### WORKING DATA ###
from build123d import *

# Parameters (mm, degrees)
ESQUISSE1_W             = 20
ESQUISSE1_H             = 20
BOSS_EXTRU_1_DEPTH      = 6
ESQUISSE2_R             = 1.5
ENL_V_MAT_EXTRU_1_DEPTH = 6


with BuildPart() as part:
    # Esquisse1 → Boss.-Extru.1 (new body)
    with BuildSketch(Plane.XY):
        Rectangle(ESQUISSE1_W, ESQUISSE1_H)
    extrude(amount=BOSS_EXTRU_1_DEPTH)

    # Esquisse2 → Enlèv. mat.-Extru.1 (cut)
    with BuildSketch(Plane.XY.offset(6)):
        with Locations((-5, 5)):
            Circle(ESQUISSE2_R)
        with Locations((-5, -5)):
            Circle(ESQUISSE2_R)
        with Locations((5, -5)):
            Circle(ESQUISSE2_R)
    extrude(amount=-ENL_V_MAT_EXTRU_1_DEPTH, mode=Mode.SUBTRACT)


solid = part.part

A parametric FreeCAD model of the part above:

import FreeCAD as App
import Part
import Sketcher

V = App.Vector

doc = App.newDocument("Part")
params = doc.addObject("Spreadsheet::Sheet", "Params")
for row, (alias, value) in enumerate([
    ("sketch1_width", "20 mm"),
    ("pad1_length", "6 mm"),
    ("sketch2_diameter", "3 mm"),
    ("pocket1_length", "6 mm"),
], start=1):
    params.set(f"A{row}", alias)
    params.set(f"B{row}", "=" + value)
    params.setAlias(f"B{row}", alias)

body = doc.addObject("PartDesign::Body", "Body")

# Sketch on XY plane
sketch1 = body.newObject("Sketcher::SketchObject", "Sketch")
sketch1.AttachmentSupport = (doc.getObject("XY_Plane"), [""])
sketch1.MapMode = "FlatFace"
sketch1.addGeometry([
    Part.LineSegment(V(-10, 10, 0), V(-10, -10, 0)),
    Part.LineSegment(V(-10, -10, 0), V(10, -10, 0)),
    Part.LineSegment(V(10, -10, 0), V(10, 10, 0)),
    Part.LineSegment(V(10, 10, 0), V(-10, 10, 0)),
], False)
sketch1.addConstraint([
    Sketcher.Constraint("Coincident", 0, 2, 1, 1),
    Sketcher.Constraint("Coincident", 1, 2, 2, 1),
    Sketcher.Constraint("Coincident", 2, 2, 3, 1),
    Sketcher.Constraint("Coincident", 3, 2, 0, 1),
    Sketcher.Constraint("Vertical", 0),
    Sketcher.Constraint("Horizontal", 1),
    Sketcher.Constraint("Vertical", 2),
    Sketcher.Constraint("Horizontal", 3),
    Sketcher.Constraint("Symmetric", 0, 2, 2, 2, -1, 1),
    Sketcher.Constraint("Equal", 3, 0),
    Sketcher.Constraint("DistanceX", 1, 1, 1, 2, 20.0),
])
sketch1.setExpression("Constraints[10]", "Params.sketch1_width")
pad1 = body.newObject("PartDesign::Pad", "Pad")
pad1.Profile = sketch1
pad1.setExpression("Length", "Params.pad1_length")

# Sketch on XY plane
sketch2 = body.newObject("Sketcher::SketchObject", "Sketch001")
sketch2.AttachmentSupport = (doc.getObject("XY_Plane"), [""])
sketch2.MapMode = "FlatFace"
sketch2.AttachmentOffset = App.Placement(V(0, 0, 6), App.Rotation())
sketch2.addGeometry([
    Part.Circle(V(-5, 5, 0), V(0, 0, 1), 1.5),
    Part.Circle(V(-5, -5, 0), V(0, 0, 1), 1.5),
    Part.Circle(V(5, -5, 0), V(0, 0, 1), 1.5),
], False)
sketch2.addConstraint([
    Sketcher.Constraint("Equal", 0, 1),
    Sketcher.Constraint("Equal", 1, 2),
    Sketcher.Constraint("Symmetric", 0, 3, 2, 3, -1, 1),
    Sketcher.Constraint("Symmetric", 1, 3, 2, 3, -2),
    Sketcher.Constraint("Diameter", 0, 3.0),
    Sketcher.Constraint("DistanceX", 0, 3, -1, 1, 5.0),
    Sketcher.Constraint("DistanceY", -1, 1, 0, 3, 5.0),
])
sketch2.setExpression("Constraints[4]", "Params.sketch2_diameter")
pocket1 = body.newObject("PartDesign::Pocket", "Pocket")
pocket1.Profile = sketch2
pocket1.setExpression("Length", "Params.pocket1_length")

doc.recompute()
###
EXERCISE DETAILS: All lines above with "extrude" in them should be returned.

WRITTEN ANSWER:
    extrude(amount=BOSS_EXTRU_1_DEPTH)
    extrude(amount=-ENL_V_MAT_EXTRU_1_DEPTH, mode=Mode.SUBTRACT)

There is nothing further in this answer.